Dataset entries
▬▬▬

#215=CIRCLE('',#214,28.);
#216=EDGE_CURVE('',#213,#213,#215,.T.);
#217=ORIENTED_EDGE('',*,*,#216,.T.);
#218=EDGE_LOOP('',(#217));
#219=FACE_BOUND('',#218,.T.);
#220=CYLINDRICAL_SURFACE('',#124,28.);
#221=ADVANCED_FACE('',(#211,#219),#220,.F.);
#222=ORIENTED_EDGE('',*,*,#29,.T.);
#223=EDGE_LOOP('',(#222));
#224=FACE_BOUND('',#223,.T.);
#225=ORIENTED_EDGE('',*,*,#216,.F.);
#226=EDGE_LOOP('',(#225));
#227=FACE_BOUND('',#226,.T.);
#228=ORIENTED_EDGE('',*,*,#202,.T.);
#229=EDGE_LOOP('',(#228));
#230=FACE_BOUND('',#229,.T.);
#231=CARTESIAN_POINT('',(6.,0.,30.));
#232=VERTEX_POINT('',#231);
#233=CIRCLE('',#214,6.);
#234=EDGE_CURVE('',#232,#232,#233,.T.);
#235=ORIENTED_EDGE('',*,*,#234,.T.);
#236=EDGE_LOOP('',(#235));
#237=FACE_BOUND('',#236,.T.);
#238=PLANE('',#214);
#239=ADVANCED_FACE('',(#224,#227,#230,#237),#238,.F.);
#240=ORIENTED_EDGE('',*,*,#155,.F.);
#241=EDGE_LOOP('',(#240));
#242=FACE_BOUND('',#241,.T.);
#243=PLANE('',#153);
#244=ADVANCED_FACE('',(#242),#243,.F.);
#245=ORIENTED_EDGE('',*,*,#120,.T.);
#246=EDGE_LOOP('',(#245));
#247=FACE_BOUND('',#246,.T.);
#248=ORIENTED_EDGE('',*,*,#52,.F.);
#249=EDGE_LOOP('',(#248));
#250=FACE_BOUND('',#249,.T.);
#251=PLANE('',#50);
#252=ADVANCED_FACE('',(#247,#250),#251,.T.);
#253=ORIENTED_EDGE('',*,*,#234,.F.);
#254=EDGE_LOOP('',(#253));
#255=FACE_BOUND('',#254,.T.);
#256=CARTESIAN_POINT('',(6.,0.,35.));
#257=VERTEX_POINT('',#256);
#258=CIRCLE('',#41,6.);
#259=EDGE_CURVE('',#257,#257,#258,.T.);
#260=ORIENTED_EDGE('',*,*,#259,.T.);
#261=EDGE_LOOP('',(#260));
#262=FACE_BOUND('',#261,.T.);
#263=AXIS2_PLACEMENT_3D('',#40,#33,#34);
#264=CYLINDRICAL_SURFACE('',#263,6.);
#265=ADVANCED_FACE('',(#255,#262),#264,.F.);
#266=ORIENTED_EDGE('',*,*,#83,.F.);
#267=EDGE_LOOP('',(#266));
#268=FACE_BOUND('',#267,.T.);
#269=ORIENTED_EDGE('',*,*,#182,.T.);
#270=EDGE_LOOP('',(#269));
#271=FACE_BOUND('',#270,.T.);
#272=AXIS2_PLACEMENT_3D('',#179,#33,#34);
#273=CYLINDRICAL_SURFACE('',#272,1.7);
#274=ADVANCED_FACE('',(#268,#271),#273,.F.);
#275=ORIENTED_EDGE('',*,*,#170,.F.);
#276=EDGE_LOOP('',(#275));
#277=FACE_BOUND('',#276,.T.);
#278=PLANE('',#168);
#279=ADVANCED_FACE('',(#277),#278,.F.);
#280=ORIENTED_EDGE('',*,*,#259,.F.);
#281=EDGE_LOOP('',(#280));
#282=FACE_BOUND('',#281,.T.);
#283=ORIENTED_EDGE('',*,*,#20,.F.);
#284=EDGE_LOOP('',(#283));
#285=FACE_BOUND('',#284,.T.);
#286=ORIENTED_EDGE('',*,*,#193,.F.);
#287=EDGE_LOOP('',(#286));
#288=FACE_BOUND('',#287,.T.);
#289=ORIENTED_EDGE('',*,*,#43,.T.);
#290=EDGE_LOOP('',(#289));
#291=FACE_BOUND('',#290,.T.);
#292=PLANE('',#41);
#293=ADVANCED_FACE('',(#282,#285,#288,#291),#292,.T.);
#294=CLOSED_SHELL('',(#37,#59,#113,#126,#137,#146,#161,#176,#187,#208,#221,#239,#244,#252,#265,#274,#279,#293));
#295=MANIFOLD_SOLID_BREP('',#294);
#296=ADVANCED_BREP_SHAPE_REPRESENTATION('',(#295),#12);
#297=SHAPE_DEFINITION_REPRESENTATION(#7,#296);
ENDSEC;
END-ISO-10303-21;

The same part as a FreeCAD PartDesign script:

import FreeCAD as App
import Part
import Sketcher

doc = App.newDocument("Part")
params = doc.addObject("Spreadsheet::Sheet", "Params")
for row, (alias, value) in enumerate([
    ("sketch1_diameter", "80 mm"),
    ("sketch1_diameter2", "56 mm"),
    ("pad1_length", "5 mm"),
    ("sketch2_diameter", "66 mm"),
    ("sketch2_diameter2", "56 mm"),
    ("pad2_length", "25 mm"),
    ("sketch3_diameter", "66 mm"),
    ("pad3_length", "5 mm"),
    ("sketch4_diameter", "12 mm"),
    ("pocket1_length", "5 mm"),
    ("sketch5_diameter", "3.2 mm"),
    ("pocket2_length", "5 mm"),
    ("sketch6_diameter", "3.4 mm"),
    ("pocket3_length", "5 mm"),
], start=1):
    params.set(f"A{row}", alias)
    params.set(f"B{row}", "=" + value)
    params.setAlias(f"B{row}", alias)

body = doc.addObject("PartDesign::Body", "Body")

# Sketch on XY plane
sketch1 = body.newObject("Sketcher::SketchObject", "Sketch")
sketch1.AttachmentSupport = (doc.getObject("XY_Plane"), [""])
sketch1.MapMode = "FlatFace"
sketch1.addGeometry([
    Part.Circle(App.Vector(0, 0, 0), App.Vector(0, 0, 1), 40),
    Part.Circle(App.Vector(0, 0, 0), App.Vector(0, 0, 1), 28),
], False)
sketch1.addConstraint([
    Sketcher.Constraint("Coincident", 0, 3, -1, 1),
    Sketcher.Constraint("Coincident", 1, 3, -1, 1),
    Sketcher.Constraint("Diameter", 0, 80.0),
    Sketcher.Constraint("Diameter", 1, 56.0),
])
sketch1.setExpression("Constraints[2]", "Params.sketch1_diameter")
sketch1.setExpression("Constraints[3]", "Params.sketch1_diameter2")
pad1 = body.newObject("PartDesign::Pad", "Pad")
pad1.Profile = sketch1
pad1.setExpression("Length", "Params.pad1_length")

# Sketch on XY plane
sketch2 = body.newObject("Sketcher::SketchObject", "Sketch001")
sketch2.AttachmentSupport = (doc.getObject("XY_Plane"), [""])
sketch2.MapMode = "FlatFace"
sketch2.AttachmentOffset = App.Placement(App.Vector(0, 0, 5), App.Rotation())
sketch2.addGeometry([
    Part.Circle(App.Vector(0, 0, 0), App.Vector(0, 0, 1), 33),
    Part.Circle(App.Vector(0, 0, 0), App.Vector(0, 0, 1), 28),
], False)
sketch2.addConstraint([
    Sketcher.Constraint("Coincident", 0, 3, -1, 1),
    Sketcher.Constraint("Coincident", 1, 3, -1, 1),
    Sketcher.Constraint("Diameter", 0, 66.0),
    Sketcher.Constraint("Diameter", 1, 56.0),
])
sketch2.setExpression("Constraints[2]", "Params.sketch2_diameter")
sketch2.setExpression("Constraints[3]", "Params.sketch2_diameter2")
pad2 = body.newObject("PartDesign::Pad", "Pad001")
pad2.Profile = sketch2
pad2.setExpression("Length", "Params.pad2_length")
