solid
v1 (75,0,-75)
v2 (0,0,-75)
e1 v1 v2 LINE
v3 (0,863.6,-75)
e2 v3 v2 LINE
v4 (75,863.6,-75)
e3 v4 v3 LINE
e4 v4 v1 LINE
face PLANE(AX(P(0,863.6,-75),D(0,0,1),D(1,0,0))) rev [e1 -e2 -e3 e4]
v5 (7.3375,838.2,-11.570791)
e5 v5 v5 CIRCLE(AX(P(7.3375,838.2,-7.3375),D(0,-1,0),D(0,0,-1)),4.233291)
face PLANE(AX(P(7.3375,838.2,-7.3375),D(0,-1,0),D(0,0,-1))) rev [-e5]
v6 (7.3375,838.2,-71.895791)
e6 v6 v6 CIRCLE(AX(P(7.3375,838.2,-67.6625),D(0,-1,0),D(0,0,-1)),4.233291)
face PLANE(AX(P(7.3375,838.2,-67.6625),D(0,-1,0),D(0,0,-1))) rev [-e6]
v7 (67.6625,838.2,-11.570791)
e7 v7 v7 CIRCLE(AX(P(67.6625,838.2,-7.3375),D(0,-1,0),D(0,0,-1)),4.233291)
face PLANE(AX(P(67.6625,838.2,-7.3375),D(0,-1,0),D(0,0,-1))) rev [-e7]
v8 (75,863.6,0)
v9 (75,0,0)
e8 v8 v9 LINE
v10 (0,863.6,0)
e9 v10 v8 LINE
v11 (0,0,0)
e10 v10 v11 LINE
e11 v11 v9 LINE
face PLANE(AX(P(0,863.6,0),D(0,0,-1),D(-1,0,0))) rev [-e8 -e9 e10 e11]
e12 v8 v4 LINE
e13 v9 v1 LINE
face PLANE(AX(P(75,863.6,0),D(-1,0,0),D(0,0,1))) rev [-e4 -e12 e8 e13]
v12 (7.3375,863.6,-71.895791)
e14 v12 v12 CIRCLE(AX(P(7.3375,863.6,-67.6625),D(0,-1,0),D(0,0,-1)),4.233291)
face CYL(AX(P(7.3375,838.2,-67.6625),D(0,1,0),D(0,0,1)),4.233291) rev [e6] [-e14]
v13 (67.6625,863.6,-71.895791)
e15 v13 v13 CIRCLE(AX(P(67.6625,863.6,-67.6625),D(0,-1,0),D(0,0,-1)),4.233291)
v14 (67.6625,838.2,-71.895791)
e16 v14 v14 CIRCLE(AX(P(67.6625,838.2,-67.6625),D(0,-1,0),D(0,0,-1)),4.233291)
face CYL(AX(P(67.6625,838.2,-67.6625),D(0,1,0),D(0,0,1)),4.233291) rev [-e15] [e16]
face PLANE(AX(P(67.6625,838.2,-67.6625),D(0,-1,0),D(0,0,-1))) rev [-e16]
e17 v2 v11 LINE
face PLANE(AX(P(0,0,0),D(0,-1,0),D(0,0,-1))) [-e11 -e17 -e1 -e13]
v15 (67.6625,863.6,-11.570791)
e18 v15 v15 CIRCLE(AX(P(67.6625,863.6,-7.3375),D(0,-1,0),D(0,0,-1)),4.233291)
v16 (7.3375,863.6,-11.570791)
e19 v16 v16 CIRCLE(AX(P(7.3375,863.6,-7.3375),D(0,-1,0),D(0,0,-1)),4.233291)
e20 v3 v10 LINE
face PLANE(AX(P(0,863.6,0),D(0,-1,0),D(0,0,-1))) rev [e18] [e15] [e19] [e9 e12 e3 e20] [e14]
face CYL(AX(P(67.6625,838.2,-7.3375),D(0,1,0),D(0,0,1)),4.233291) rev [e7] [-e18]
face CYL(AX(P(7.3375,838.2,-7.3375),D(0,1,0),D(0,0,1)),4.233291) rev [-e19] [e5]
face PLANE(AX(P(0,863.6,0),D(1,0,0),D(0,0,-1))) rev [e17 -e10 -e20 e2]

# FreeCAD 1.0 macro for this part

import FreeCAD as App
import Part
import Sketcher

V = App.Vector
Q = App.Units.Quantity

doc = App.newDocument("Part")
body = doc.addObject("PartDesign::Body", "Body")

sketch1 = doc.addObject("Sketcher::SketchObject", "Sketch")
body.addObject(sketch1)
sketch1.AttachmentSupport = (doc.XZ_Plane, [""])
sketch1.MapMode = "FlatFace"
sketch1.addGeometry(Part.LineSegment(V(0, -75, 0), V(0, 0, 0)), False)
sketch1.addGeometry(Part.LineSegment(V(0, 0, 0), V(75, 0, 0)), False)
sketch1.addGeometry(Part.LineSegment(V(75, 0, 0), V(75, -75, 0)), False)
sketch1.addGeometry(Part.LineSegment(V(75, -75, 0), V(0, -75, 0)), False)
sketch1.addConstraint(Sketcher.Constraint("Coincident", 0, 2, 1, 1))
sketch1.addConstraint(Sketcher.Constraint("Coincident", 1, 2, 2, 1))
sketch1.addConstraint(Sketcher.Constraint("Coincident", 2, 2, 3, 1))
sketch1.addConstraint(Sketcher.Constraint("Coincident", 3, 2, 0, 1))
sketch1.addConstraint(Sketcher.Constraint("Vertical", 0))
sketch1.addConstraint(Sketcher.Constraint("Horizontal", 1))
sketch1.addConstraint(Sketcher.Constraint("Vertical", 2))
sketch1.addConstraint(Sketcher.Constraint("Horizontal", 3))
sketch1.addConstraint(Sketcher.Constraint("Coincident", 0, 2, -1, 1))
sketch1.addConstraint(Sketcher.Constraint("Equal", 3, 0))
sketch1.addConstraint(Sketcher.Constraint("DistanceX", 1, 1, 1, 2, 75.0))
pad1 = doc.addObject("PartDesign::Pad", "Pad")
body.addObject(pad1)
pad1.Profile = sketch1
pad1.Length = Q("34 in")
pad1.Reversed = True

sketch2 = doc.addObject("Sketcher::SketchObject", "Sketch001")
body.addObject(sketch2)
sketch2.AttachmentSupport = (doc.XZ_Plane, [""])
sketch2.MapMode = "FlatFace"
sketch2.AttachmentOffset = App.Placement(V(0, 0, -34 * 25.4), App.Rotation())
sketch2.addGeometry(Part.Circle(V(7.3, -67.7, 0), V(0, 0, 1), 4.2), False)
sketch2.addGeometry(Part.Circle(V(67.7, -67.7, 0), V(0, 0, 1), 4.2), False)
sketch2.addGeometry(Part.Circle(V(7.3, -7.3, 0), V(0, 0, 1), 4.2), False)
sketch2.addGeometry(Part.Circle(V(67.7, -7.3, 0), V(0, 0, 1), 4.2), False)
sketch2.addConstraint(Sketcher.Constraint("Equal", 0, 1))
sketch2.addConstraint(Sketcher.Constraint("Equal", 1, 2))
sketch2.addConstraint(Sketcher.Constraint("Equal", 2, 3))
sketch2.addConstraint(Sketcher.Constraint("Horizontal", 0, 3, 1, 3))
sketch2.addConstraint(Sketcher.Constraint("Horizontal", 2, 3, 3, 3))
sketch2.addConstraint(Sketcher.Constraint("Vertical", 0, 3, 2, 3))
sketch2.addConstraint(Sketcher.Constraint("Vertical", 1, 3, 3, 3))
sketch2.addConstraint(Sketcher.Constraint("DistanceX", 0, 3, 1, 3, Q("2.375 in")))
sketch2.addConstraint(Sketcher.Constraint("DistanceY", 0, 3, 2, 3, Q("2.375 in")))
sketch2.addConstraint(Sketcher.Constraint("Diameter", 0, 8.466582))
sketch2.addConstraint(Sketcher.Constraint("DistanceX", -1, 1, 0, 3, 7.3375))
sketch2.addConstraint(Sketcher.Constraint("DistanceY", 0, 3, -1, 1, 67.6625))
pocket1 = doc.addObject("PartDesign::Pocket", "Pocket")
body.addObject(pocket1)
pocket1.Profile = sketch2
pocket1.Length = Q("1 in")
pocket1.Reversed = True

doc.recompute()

▬▬▬

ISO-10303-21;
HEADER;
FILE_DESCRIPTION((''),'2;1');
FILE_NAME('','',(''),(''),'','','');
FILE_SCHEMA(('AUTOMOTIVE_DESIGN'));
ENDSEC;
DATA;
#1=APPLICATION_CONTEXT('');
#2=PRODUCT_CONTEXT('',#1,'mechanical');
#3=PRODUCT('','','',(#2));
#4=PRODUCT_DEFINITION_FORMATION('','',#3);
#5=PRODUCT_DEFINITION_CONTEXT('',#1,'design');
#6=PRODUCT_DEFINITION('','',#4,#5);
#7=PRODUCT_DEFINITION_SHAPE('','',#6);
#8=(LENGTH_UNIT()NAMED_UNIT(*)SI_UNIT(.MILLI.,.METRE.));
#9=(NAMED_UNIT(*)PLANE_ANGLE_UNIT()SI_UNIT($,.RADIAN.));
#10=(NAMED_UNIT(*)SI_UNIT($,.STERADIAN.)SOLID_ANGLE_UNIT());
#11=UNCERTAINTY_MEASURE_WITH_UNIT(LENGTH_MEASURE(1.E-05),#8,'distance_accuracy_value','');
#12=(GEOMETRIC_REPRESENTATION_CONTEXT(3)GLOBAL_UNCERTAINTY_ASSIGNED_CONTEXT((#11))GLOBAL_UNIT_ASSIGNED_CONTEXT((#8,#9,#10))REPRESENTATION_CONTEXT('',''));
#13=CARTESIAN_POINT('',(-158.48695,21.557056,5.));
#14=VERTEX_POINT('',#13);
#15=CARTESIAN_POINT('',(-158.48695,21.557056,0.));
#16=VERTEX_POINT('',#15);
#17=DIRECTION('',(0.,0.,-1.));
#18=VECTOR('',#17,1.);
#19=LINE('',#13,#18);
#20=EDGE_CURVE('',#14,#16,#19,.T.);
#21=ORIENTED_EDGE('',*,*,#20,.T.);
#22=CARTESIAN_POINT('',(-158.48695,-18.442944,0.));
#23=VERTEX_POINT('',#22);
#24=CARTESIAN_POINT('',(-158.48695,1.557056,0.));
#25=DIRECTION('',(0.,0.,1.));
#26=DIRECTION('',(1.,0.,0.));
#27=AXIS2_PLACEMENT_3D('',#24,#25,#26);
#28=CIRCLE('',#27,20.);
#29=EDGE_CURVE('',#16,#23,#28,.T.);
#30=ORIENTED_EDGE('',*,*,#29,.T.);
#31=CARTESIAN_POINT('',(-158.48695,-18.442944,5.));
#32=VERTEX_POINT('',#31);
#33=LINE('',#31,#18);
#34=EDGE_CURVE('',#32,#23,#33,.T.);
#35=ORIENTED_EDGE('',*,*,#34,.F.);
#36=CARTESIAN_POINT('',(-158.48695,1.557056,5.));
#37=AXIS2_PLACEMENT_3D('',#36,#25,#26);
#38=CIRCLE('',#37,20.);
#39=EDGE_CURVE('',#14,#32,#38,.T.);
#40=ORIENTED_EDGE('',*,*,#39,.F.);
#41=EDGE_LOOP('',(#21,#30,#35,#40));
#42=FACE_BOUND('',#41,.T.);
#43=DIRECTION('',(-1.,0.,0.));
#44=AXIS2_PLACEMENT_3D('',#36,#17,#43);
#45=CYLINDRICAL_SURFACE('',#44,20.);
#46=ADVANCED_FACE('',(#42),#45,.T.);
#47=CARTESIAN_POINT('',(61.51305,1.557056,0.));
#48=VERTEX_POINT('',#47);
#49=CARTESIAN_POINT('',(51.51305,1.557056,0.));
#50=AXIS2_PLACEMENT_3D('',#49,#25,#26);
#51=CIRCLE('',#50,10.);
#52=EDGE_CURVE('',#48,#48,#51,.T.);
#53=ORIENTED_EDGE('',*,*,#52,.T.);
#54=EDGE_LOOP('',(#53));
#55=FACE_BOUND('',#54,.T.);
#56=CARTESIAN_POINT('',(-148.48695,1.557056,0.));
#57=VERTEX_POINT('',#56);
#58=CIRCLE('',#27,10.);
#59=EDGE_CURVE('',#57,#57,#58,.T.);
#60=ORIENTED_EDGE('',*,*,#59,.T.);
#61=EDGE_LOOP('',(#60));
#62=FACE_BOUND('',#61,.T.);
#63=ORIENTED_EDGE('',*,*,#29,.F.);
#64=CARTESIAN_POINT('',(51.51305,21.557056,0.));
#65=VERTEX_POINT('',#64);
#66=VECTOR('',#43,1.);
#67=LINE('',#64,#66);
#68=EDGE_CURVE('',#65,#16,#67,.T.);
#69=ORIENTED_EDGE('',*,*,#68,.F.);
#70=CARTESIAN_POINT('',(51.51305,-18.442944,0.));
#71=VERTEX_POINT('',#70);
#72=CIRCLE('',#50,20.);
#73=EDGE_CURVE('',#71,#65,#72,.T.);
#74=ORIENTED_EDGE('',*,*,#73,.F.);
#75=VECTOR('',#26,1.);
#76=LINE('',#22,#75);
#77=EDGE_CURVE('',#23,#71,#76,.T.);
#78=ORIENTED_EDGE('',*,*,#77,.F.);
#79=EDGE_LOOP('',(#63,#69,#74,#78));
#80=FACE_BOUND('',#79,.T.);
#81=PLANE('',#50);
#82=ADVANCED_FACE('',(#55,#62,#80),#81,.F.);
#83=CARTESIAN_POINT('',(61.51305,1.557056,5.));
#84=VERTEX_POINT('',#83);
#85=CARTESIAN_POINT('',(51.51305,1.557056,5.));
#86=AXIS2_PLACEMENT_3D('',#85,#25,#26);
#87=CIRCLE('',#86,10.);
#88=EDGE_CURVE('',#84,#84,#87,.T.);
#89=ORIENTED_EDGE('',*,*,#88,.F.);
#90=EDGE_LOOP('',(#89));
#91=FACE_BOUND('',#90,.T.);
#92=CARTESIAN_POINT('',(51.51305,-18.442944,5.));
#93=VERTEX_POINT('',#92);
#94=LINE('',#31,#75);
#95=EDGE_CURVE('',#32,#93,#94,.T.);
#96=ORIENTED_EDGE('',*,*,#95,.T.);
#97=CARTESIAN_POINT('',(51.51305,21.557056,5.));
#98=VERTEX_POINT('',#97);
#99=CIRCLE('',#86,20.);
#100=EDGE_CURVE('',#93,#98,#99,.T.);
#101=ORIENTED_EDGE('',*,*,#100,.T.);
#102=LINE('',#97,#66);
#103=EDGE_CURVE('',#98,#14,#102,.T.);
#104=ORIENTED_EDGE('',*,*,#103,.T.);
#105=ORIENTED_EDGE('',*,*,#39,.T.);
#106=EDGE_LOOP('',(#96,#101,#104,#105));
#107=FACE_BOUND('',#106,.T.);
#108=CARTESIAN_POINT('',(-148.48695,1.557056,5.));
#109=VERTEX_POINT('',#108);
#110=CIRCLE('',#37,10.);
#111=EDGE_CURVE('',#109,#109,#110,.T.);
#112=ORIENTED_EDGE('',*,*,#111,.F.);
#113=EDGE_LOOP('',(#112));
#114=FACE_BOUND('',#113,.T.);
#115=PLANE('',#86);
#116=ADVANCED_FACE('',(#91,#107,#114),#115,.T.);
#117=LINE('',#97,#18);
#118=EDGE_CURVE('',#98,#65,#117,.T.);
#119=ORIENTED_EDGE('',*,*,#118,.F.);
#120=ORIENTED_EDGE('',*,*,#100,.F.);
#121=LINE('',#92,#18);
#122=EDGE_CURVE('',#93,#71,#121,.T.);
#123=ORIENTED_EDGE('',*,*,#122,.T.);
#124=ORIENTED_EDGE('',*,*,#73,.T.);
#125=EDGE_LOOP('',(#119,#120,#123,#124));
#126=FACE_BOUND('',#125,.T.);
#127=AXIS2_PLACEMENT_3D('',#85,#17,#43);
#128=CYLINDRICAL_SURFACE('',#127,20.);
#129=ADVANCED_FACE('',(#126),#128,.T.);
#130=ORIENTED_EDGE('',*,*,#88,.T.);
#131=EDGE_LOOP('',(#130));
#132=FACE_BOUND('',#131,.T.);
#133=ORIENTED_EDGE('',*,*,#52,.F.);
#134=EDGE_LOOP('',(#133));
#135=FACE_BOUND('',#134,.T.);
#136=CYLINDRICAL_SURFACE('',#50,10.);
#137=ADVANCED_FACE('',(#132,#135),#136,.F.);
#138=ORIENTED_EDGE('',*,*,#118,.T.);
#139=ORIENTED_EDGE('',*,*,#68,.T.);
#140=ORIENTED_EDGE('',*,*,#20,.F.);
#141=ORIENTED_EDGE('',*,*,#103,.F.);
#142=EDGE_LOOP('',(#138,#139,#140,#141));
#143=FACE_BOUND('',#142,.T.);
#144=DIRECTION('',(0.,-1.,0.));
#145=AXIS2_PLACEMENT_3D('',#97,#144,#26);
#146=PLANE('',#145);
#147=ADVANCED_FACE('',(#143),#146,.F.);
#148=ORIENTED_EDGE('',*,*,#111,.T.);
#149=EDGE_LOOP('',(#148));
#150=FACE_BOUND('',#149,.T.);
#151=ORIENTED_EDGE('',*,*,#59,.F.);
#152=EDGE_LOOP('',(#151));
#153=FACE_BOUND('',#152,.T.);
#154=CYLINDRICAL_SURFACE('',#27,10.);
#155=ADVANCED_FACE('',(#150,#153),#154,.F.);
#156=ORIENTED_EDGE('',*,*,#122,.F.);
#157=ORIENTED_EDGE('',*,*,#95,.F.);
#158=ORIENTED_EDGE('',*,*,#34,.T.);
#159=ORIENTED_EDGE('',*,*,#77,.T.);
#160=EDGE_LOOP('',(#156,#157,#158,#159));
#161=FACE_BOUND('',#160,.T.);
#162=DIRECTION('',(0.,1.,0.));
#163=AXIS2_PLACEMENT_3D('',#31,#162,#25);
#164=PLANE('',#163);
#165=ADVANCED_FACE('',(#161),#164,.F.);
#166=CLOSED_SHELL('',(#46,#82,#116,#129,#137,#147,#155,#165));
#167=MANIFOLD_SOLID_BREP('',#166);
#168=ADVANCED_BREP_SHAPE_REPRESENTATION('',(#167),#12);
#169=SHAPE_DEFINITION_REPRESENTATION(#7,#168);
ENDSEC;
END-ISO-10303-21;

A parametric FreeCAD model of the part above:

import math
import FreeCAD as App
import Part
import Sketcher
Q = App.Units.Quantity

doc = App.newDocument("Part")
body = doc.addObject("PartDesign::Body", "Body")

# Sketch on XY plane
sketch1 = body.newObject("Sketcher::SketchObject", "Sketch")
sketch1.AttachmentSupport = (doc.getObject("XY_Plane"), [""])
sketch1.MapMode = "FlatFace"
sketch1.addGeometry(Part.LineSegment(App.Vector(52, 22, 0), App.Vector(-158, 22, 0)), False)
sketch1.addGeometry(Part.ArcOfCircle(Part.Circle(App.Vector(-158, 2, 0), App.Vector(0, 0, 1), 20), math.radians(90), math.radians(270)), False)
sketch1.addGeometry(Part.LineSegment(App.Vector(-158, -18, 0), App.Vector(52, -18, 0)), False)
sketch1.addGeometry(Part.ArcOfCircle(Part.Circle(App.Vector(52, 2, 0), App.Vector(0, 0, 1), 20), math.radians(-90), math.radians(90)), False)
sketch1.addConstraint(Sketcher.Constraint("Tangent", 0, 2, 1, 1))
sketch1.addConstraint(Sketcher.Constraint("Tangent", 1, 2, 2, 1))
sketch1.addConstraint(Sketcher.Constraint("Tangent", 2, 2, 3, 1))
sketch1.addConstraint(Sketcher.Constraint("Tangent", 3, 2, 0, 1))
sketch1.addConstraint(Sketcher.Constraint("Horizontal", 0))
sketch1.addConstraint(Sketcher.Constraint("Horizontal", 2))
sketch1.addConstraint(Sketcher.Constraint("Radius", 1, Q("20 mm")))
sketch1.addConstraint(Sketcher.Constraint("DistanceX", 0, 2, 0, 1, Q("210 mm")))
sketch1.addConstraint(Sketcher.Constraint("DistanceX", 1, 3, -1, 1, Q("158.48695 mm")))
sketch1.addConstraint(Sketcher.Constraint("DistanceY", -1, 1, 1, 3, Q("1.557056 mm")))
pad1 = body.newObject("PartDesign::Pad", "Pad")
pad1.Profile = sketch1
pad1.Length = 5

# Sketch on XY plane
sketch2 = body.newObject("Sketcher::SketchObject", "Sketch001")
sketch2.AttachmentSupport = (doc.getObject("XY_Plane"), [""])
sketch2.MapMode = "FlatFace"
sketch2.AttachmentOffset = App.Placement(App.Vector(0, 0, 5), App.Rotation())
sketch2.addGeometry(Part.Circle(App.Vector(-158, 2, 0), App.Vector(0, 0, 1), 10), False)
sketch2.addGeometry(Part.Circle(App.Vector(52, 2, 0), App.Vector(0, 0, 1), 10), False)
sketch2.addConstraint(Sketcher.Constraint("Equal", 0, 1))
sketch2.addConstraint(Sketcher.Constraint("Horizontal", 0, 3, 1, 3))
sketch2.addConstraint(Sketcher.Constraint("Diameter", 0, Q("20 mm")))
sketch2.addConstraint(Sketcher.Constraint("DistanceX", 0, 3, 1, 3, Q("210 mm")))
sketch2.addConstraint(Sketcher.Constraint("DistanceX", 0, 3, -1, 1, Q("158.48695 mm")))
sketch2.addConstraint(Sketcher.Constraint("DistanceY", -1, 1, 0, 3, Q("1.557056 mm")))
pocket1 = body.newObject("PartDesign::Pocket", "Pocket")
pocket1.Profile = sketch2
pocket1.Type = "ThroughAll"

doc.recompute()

▬▬▬

[Exercise objective] From the data above, output only the lines between the line containing "#215=CIRCLE('',#214,28.);" and the line containing "#265=ADVANCED_FACE('',(#255,#262),#264,.F.);", inclusive, exactly as written.

[Result of this task]
#215=CIRCLE('',#214,28.);
#216=EDGE_CURVE('',#213,#213,#215,.T.);
#217=ORIENTED_EDGE('',*,*,#216,.T.);
#218=EDGE_LOOP('',(#217));
#219=FACE_BOUND('',#218,.T.);
#220=CYLINDRICAL_SURFACE('',#124,28.);
#221=ADVANCED_FACE('',(#211,#219),#220,.F.);
#222=ORIENTED_EDGE('',*,*,#29,.T.);
#223=EDGE_LOOP('',(#222));
#224=FACE_BOUND('',#223,.T.);
#225=ORIENTED_EDGE('',*,*,#216,.F.);
#226=EDGE_LOOP('',(#225));
#227=FACE_BOUND('',#226,.T.);
#228=ORIENTED_EDGE('',*,*,#202,.T.);
#229=EDGE_LOOP('',(#228));
#230=FACE_BOUND('',#229,.T.);
#231=CARTESIAN_POINT('',(6.,0.,30.));
#232=VERTEX_POINT('',#231);
#233=CIRCLE('',#214,6.);
#234=EDGE_CURVE('',#232,#232,#233,.T.);
#235=ORIENTED_EDGE('',*,*,#234,.T.);
#236=EDGE_LOOP('',(#235));
#237=FACE_BOUND('',#236,.T.);
#238=PLANE('',#214);
#239=ADVANCED_FACE('',(#224,#227,#230,#237),#238,.F.);
#240=ORIENTED_EDGE('',*,*,#155,.F.);
#241=EDGE_LOOP('',(#240));
#242=FACE_BOUND('',#241,.T.);
#243=PLANE('',#153);
#244=ADVANCED_FACE('',(#242),#243,.F.);
#245=ORIENTED_EDGE('',*,*,#120,.T.);
#246=EDGE_LOOP('',(#245));
#247=FACE_BOUND('',#246,.T.);
#248=ORIENTED_EDGE('',*,*,#52,.F.);
#249=EDGE_LOOP('',(#248));
#250=FACE_BOUND('',#249,.T.);
#251=PLANE('',#50);
#252=ADVANCED_FACE('',(#247,#250),#251,.T.);
#253=ORIENTED_EDGE('',*,*,#234,.F.);
#254=EDGE_LOOP('',(#253));
#255=FACE_BOUND('',#254,.T.);
#256=CARTESIAN_POINT('',(6.,0.,35.));
#257=VERTEX_POINT('',#256);
#258=CIRCLE('',#41,6.);
#259=EDGE_CURVE('',#257,#257,#258,.T.);
#260=ORIENTED_EDGE('',*,*,#259,.T.);
#261=EDGE_LOOP('',(#260));
#262=FACE_BOUND('',#261,.T.);
#263=AXIS2_PLACEMENT_3D('',#40,#33,#34);
#264=CYLINDRICAL_SURFACE('',#263,6.);
#265=ADVANCED_FACE('',(#255,#262),#264,.F.);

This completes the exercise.